Esta estratégia vale para muitas coisas, inclusive para doenças. É tática conhecida da indústria farmacêutica, em função da restritiva regulamentação no marketing de medicamentos em quase todo o mundo, divulgar não os remédios mas as doenças. Não é coincidência que grande parte das associações de defesa dos portadores de diversos "transtornos mentais" é patrocinada por algum laboratório farmacêutico (dê só uma olhada nos apoiadores desta entidade na parte de baixo do site).
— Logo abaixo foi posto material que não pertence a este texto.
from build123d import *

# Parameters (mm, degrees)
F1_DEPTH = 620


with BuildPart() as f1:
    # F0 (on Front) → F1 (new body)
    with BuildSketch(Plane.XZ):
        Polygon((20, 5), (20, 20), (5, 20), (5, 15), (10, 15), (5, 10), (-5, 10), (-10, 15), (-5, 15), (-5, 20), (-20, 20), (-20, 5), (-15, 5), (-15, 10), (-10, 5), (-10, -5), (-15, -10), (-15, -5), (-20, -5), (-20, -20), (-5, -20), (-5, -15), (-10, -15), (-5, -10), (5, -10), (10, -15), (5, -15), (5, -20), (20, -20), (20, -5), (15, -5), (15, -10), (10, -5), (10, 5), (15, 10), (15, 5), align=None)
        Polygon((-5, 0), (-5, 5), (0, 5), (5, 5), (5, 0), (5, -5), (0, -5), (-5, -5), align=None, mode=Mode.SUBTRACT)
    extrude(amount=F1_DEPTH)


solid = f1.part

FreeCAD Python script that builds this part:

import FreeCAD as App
import Part
import Sketcher
from FreeCAD import Vector

doc = App.newDocument("Part")
body = doc.addObject("PartDesign::Body", "Body")

sketch1 = body.newObject("Sketcher::SketchObject", "Sketch")
sketch1.AttachmentSupport = (doc.getObject("XZ_Plane"), [""])
sketch1.MapMode = "FlatFace"
sketch1.addGeometry([
    Part.LineSegment(Vector(20, 5, 0), Vector(20, 20, 0)),
    Part.LineSegment(Vector(20, 20, 0), Vector(5, 20, 0)),
    Part.LineSegment(Vector(5, 20, 0), Vector(5, 15, 0)),
    Part.LineSegment(Vector(5, 15, 0), Vector(10, 15, 0)),
    Part.LineSegment(Vector(10, 15, 0), Vector(5, 10, 0)),
    Part.LineSegment(Vector(5, 10, 0), Vector(-5, 10, 0)),
    Part.LineSegment(Vector(-5, 10, 0), Vector(-10, 15, 0)),
    Part.LineSegment(Vector(-10, 15, 0), Vector(-5, 15, 0)),
    Part.LineSegment(Vector(-5, 15, 0), Vector(-5, 20, 0)),
    Part.LineSegment(Vector(-5, 20, 0), Vector(-20, 20, 0)),
    Part.LineSegment(Vector(-20, 20, 0), Vector(-20, 5, 0)),
    Part.LineSegment(Vector(-20, 5, 0), Vector(-15, 5, 0)),
    Part.LineSegment(Vector(-15, 5, 0), Vector(-15, 10, 0)),
    Part.LineSegment(Vector(-15, 10, 0), Vector(-10, 5, 0)),
    Part.LineSegment(Vector(-10, 5, 0), Vector(-10, -5, 0)),
    Part.LineSegment(Vector(-10, -5, 0), Vector(-15, -10, 0)),
    Part.LineSegment(Vector(-15, -10, 0), Vector(-15, -5, 0)),
    Part.LineSegment(Vector(-15, -5, 0), Vector(-20, -5, 0)),
    Part.LineSegment(Vector(-20, -5, 0), Vector(-20, -20, 0)),
    Part.LineSegment(Vector(-20, -20, 0), Vector(-5, -20, 0)),
    Part.LineSegment(Vector(-5, -20, 0), Vector(-5, -15, 0)),
    Part.LineSegment(Vector(-5, -15, 0), Vector(-10, -15, 0)),
    Part.LineSegment(Vector(-10, -15, 0), Vector(-5, -10, 0)),
    Part.LineSegment(Vector(-5, -10, 0), Vector(5, -10, 0)),
    Part.LineSegment(Vector(5, -10, 0), Vector(10, -15, 0)),
    Part.LineSegment(Vector(10, -15, 0), Vector(5, -15, 0)),
    Part.LineSegment(Vector(5, -15, 0), Vector(5, -20, 0)),
    Part.LineSegment(Vector(5, -20, 0), Vector(20, -20, 0)),
    Part.LineSegment(Vector(20, -20, 0), Vector(20, -5, 0)),
    Part.LineSegment(Vector(20, -5, 0), Vector(15, -5, 0)),
    Part.LineSegment(Vector(15, -5, 0), Vector(15, -10, 0)),
    Part.LineSegment(Vector(15, -10, 0), Vector(10, -5, 0)),
    Part.LineSegment(Vector(10, -5, 0), Vector(10, 5, 0)),
    Part.LineSegment(Vector(10, 5, 0), Vector(15, 10, 0)),
    Part.LineSegment(Vector(15, 10, 0), Vector(15, 5, 0)),
    Part.LineSegment(Vector(15, 5, 0), Vector(20, 5, 0)),
    Part.LineSegment(Vector(-5, -5, 0), Vector(-5, 5, 0)),
    Part.LineSegment(Vector(-5, 5, 0), Vector(5, 5, 0)),
    Part.LineSegment(Vector(5, 5, 0), Vector(5, -5, 0)),
    Part.LineSegment(Vector(5, -5, 0), Vector(-5, -5, 0)),
], False)
sketch1.addConstraint([
    Sketcher.Constraint("Coincident", 0, 2, 1, 1),
    Sketcher.Constraint("Coincident", 1, 2, 2, 1),
    Sketcher.Constraint("Coincident", 2, 2, 3, 1),
    Sketcher.Constraint("Coincident", 3, 2, 4, 1),
    Sketcher.Constraint("Coincident", 4, 2, 5, 1),
    Sketcher.Constraint("Coincident", 5, 2, 6, 1),
    Sketcher.Constraint("Coincident", 6, 2, 7, 1),
    Sketcher.Constraint("Coincident", 7, 2, 8, 1),
    Sketcher.Constraint("Coincident", 8, 2, 9, 1),
    Sketcher.Constraint("Coincident", 9, 2, 10, 1),
    Sketcher.Constraint("Coincident", 10, 2, 11, 1),
    Sketcher.Constraint("Coincident", 11, 2, 12, 1),
    Sketcher.Constraint("Coincident", 12, 2, 13, 1),
    Sketcher.Constraint("Coincident", 13, 2, 14, 1),
    Sketcher.Constraint("Coincident", 14, 2, 15, 1),
    Sketcher.Constraint("Coincident", 15, 2, 16, 1),
    Sketcher.Constraint("Coincident", 16, 2, 17, 1),
    Sketcher.Constraint("Coincident", 17, 2, 18, 1),
    Sketcher.Constraint("Coincident", 18, 2, 19, 1),
    Sketcher.Constraint("Coincident", 19, 2, 20, 1),
    Sketcher.Constraint("Coincident", 20, 2, 21, 1),
    Sketcher.Constraint("Coincident", 21, 2, 22, 1),
    Sketcher.Constraint("Coincident", 22, 2, 23, 1),
    Sketcher.Constraint("Coincident", 23, 2, 24, 1),
    Sketcher.Constraint("Coincident", 24, 2, 25, 1),
    Sketcher.Constraint("Coincident", 25, 2, 26, 1),
    Sketcher.Constraint("Coincident", 26, 2, 27, 1),
    Sketcher.Constraint("Coincident", 27, 2, 28, 1),
    Sketcher.Constraint("Coincident", 28, 2, 29, 1),
    Sketcher.Constraint("Coincident", 29, 2, 30, 1),
    Sketcher.Constraint("Coincident", 30, 2, 31, 1),
    Sketcher.Constraint("Coincident", 31, 2, 32, 1),
    Sketcher.Constraint("Coincident", 32, 2, 33, 1),
    Sketcher.Constraint("Coincident", 33, 2, 34, 1),
    Sketcher.Constraint("Coincident", 34, 2, 35, 1),
    Sketcher.Constraint("Coincident", 35, 2, 0, 1),
    Sketcher.Constraint("Coincident", 36, 2, 37, 1),
    Sketcher.Constraint("Coincident", 37, 2, 38, 1),
    Sketcher.Constraint("Coincident", 38, 2, 39, 1),
    Sketcher.Constraint("Coincident", 39, 2, 36, 1),
    Sketcher.Constraint("Vertical", 0),
    Sketcher.Constraint("Horizontal", 1),
    Sketcher.Constraint("Vertical", 2),
    Sketcher.Constraint("Horizontal", 3),
    Sketcher.Constraint("Horizontal", 5),
    Sketcher.Constraint("Horizontal", 7),
    Sketcher.Constraint("Vertical", 8),
    Sketcher.Constraint("Horizontal", 9),
    Sketcher.Constraint("Vertical", 10),
    Sketcher.Constraint("Horizontal", 11),
    Sketcher.Constraint("Vertical", 12),
    Sketcher.Constraint("Vertical", 14),
    Sketcher.Constraint("Vertical", 16),
    Sketcher.Constraint("Horizontal", 17),
    Sketcher.Constraint("Vertical", 18),
    Sketcher.Constraint("Horizontal", 19),
    Sketcher.Constraint("Vertical", 20),
    Sketcher.Constraint("Horizontal", 21),
    Sketcher.Constraint("Horizontal", 23),
    Sketcher.Constraint("Horizontal", 25),
    Sketcher.Constraint("Vertical", 26),
    Sketcher.Constraint("Horizontal", 27),
    Sketcher.Constraint("Vertical", 28),
    Sketcher.Constraint("Horizontal", 29),
    Sketcher.Constraint("Vertical", 30),
    Sketcher.Constraint("Vertical", 32),
    Sketcher.Constraint("Vertical", 34),
    Sketcher.Constraint("Horizontal", 35),
    Sketcher.Constraint("Vertical", 36),
    Sketcher.Constraint("Horizontal", 37),
    Sketcher.Constraint("Vertical", 38),
    Sketcher.Constraint("Horizontal", 39),
    Sketcher.Constraint("Symmetric", 0, 2, 18, 2, -1, 1),
    Sketcher.Constraint("Symmetric", 2, 2, 20, 2, -1, 1),
    Sketcher.Constraint("Symmetric", 4, 2, 22, 2, -1, 1),
    Sketcher.Constraint("Symmetric", 6, 2, 24, 2, -1, 1),
    Sketcher.Constraint("Symmetric", 8, 2, 26, 2, -1, 1),
    Sketcher.Constraint("Symmetric", 10, 2, 28, 2, -1, 1),
    Sketcher.Constraint("Symmetric", 12, 2, 30, 2, -1, 1),
    Sketcher.Constraint("Symmetric", 13, 2, 31, 2, -1, 1),
    Sketcher.Constraint("Symmetric", 15, 2, 33, 2, -1, 1),
    Sketcher.Constraint("Symmetric", 36, 2, 38, 2, -1, 1),
    Sketcher.Constraint("Symmetric", 3, 2, 6, 2, -2),
    Sketcher.Constraint("Symmetric", 1, 2, 8, 2, -2),
    Sketcher.Constraint("Symmetric", 17, 2, 28, 2, -2),
    Sketcher.Constraint("Symmetric", 15, 2, 30, 2, -2),
    Sketcher.Constraint("Perpendicular", 4, 6),
    Sketcher.Constraint("Parallel", 6, 13),
    Sketcher.Constraint("Perpendicular", 13, 15),
    Sketcher.Constraint("Parallel", 15, 22),
    Sketcher.Constraint("Perpendicular", 22, 24),
    Sketcher.Constraint("Perpendicular", 31, 33),
    Sketcher.Constraint("Horizontal", 5, 2, 12, 2),
    Sketcher.Constraint("Horizontal", 11, 2, 13, 2),
    Sketcher.Constraint("Horizontal", 14, 2, 16, 2),
    Sketcher.Constraint("Horizontal", 32, 2, 34, 2),
    Sketcher.Constraint("Horizontal", 35, 2, 36, 2),
    Sketcher.Constraint("Vertical", 2, 2, 4, 2),
    Sketcher.Constraint("Vertical", 6, 2, 13, 2),
    Sketcher.Constraint("Vertical", 22, 2, 36, 2),
    Sketcher.Constraint("Equal", 7, 11),
    Sketcher.Constraint("Equal", 27, 0),
    Sketcher.Constraint("Equal", 8, 12),
    Sketcher.Constraint("Equal", 39, 14),
    Sketcher.Constraint("DistanceX", 1, 2, 1, 1, 15.0),
    Sketcher.Constraint("DistanceX", 5, 2, 5, 1, 10.0),
])
pad1 = body.newObject("PartDesign::Pad", "Pad")
pad1.Profile = sketch1
pad1.Length = 620

doc.recompute()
A idéia é que quanto mais pessoas se identificarem com o diagnóstico, melhor para eles. E nada melhor para fazer as pessoas acreditarem que estão doentes do que exibir sistematicamente pessoas felizes - ou pelo menos mais felizes que você. Grande parte das propagandas funciona como os Jones: estabelecem padrões inatingíveis de saúde e felicidade que geram frustração e, logo, consumo - porque a indústria vende tanto o problema quanto a solução! No caso de Larry, não houve solução possível. Completamente endividado e desesperado, decide dar fim à própria vida, afogando-se na luxuosa piscina de sua casa. Diante da impossibilidade de ter a grama tão verde como a de Steve, Larry opta por eliminar toda sua frustração de uma só vez. E esta situação felizmente desperta Steve para a mentira e a crueldade de seu trabalho. Como não poderia deixar de ocorrer num filme hollywoodiano, tudo acaba bem: Steve se arrepende de seus atos, abandona o emprego e se apaixona de verdade por sua esposa de mentira - e ela por ele. Como seria bom se tudo ocorresse assim na vida real. Melhor ainda seria se conseguíssemos seguir o conselho do filósofo Gilles Lipovetsky (veja aqui):
Os objetos de consumo vão proporcionar algum sentimento de evasão, mas não trarão paz, harmonia. Consumir não basta. A felicidade exige outra coisa, principalmente na relação com os outros e consigo. Quem entendeu isso faz política, se engaja em associações. É possível ter satisfação ajudando os outros, as crianças, sentindo-se útil, lutando pela ecologia. Isso não é consumo. O homem não pode se reduzir a um consumidor.